Target 5000: Target Capture Sequencing for Inherited Retinal Degenerations.

Genes

Adrian Dockery, Kirk Stephenson, David Keegan, Niamh Wynne, Giuliana Silvestri, Peter Humphries, Paul F Kenna, Matthew Carrigan, G Jane Farrar

Affiliations

  1. The School of Genetics & Microbiology, Trinity College Dublin, Dublin 2, Ireland. [email protected].
  2. The Mater Misericordiae University Hospital, Dublin 7, Ireland. [email protected].
  3. The Mater Misericordiae University Hospital, Dublin 7, Ireland. [email protected].
  4. The Research Foundation, Royal Victoria Eye and Ear Hospital, Dublin 2, Ireland. [email protected].
  5. Department of Ophthalmology, The Royal Victoria Hospital, Belfast BT12 6BA, Northern Ireland, UK. [email protected].
  6. Centre for Experimental Medicine, Queen's University Belfast, Belfast BT7 1NN, Northern Ireland, UK. [email protected].
  7. The School of Genetics & Microbiology, Trinity College Dublin, Dublin 2, Ireland. [email protected].
  8. The School of Genetics & Microbiology, Trinity College Dublin, Dublin 2, Ireland. [email protected].
  9. The Research Foundation, Royal Victoria Eye and Ear Hospital, Dublin 2, Ireland. [email protected].
  10. The School of Genetics & Microbiology, Trinity College Dublin, Dublin 2, Ireland. [email protected].
  11. The School of Genetics & Microbiology, Trinity College Dublin, Dublin 2, Ireland. [email protected].

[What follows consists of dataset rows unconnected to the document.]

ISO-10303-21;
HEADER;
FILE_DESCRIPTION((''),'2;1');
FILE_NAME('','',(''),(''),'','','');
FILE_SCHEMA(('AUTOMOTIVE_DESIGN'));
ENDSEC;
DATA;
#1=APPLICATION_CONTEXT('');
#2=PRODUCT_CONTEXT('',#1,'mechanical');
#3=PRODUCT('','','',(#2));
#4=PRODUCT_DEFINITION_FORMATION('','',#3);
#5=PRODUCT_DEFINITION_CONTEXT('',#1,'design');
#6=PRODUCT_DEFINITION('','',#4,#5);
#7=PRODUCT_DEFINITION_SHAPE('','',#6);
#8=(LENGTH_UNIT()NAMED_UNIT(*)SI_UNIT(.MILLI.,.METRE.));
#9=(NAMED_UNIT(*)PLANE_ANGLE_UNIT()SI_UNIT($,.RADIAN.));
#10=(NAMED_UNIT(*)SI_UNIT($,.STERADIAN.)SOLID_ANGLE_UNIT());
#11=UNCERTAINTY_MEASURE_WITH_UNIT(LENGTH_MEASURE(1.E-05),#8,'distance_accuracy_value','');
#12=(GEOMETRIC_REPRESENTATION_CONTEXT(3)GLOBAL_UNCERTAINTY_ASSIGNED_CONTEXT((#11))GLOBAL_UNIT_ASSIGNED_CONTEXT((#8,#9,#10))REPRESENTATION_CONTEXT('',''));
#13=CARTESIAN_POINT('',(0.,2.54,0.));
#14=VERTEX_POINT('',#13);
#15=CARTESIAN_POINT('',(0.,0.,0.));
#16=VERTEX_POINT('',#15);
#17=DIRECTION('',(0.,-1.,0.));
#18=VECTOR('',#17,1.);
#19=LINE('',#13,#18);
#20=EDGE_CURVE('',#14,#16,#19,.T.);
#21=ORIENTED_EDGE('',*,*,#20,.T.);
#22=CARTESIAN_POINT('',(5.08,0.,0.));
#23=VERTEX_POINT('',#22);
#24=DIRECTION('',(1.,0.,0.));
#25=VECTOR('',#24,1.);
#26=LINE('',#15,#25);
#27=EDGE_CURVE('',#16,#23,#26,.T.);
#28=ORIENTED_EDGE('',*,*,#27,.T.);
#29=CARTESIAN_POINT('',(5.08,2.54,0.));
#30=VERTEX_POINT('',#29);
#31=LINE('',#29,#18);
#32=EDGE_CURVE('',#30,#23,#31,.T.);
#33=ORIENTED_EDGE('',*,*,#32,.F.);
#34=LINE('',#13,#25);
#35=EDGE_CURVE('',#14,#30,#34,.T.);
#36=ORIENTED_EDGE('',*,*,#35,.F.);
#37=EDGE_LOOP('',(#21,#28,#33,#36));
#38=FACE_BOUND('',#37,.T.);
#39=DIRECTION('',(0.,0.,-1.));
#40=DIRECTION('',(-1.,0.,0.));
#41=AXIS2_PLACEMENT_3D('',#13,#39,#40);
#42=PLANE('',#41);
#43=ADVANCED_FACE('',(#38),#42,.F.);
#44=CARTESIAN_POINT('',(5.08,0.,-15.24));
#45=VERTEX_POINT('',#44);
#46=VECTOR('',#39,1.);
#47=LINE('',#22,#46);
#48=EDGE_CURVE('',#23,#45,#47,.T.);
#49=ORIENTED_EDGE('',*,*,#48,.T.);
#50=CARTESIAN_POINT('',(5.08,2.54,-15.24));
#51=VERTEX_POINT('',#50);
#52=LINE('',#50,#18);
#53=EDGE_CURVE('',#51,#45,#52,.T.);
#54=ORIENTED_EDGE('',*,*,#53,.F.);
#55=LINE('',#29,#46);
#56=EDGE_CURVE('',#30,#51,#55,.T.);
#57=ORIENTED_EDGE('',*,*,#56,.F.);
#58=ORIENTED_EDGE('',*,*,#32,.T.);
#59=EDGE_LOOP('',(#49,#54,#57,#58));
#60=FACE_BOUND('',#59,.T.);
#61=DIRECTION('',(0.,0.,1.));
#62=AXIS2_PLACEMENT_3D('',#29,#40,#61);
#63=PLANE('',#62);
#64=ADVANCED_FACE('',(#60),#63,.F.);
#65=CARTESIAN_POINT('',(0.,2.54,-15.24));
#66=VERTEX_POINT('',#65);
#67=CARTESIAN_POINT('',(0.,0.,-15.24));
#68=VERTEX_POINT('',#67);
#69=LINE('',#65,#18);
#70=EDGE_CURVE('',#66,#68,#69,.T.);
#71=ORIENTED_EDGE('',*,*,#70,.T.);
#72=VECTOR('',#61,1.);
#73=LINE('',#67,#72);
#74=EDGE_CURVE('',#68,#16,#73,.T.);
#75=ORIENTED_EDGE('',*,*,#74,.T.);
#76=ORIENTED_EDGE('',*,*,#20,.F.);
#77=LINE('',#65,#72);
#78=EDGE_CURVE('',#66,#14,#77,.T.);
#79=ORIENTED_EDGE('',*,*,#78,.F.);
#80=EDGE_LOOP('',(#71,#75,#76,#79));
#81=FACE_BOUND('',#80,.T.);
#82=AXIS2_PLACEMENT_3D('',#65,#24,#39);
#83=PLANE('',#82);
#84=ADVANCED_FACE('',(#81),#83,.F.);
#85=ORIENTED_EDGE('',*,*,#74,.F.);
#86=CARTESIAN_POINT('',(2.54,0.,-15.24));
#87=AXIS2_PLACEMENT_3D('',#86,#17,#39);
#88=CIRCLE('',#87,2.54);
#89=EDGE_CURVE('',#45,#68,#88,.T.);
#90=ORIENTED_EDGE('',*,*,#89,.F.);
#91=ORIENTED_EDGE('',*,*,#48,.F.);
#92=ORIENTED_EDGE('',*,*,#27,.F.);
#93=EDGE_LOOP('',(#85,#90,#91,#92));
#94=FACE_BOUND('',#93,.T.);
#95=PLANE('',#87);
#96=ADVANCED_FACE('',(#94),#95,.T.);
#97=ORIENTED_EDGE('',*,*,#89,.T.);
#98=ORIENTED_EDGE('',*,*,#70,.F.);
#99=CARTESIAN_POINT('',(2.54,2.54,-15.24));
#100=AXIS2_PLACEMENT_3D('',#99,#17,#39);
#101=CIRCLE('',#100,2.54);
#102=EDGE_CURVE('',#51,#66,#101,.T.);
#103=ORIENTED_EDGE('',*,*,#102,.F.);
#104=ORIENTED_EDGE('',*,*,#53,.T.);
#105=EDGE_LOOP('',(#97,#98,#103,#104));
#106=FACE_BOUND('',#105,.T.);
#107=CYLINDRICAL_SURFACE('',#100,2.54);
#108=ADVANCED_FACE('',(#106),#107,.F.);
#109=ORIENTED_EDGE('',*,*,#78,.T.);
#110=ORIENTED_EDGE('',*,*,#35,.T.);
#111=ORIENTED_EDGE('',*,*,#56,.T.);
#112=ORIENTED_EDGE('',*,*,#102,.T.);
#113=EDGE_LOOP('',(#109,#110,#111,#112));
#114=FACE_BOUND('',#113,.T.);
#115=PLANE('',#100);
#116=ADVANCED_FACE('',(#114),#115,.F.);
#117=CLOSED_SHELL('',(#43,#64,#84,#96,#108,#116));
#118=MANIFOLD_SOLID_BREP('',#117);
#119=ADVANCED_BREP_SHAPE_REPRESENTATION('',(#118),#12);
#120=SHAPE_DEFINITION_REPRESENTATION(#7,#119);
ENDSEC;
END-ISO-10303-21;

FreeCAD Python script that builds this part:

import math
import FreeCAD as App
import Part
import Sketcher

V = App.Vector
Q = App.Units.Quantity

doc = App.newDocument("Part")
body = doc.addObject("PartDesign::Body", "Body")

sketch1 = body.newObject("Sketcher::SketchObject", "Sketch")
sketch1.AttachmentSupport = (doc.getObject("XZ_Plane"), [""])
sketch1.MapMode = "FlatFace"
sketch1.addGeometry([
    Part.LineSegment(V(0, -15.2, 0), V(0, 0, 0)),
    Part.LineSegment(V(0, 0, 0), V(5.1, 0, 0)),
    Part.LineSegment(V(5.1, 0, 0), V(5.1, -15.2, 0)),
    Part.ArcOfCircle(Part.Circle(V(2.5, -15.2, 0), V(0, 0, 1), 2.5), math.radians(0), math.radians(180)),
], False)
sketch1.addConstraint([
    Sketcher.Constraint("Coincident", 0, 2, 1, 1),
    Sketcher.Constraint("Coincident", 1, 2, 2, 1),
    Sketcher.Constraint("Tangent", 2, 2, 3, 1),
    Sketcher.Constraint("Tangent", 3, 2, 0, 1),
    Sketcher.Constraint("Vertical", 0),
    Sketcher.Constraint("Horizontal", 1),
    Sketcher.Constraint("Vertical", 2),
    Sketcher.Constraint("Coincident", 0, 2, -1, 1),
    Sketcher.Constraint("Radius", 3, Q("0.1 in")),
    Sketcher.Constraint("DistanceY", 0, 1, 0, 2, Q("0.6 in")),
])
pad1 = body.newObject("PartDesign::Pad", "Pad")
pad1.Profile = sketch1
pad1.Length = Q("0.1 in")
pad1.Reversed = True

doc.recompute()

PMID: 29099798 PMCID: PMC5704217 DOI: 10.3390/genes8110304

Abstract

There are an estimated 5000 people in Ireland who currently have an inherited retinal degeneration (IRD). It is the goal of this study, through genetic diagnosis, to better enable these 5000 individuals to obtain a clearer understanding of their condition and improved access to potentially applicable therapies. Here we show the current findings of a target capture next-generation sequencing study of over 750 patients from over 520 pedigrees currently situated in Ireland. We also demonstrate how processes can be implemented to retrospectively analyse patient datasets for the detection of structural variants in previously obtained sequencing reads. Pathogenic or likely pathogenic mutations were detected in 68% of pedigrees tested. We report nearly 30 novel mutations including three large structural variants. The population statistics related to our findings are presented by condition and credited to their respective candidate gene mutations. Rediagnosis rates of clinical phenotypes after genotyping are discussed. Possible causes of failure to detect a candidate mutation are evaluated. Future elements of this project, with a specific emphasis on structural variants and non-coding pathogenic variants, are expected to increase detection rates further and thereby produce an even more comprehensive representation of the genetic landscape of IRDs in Ireland.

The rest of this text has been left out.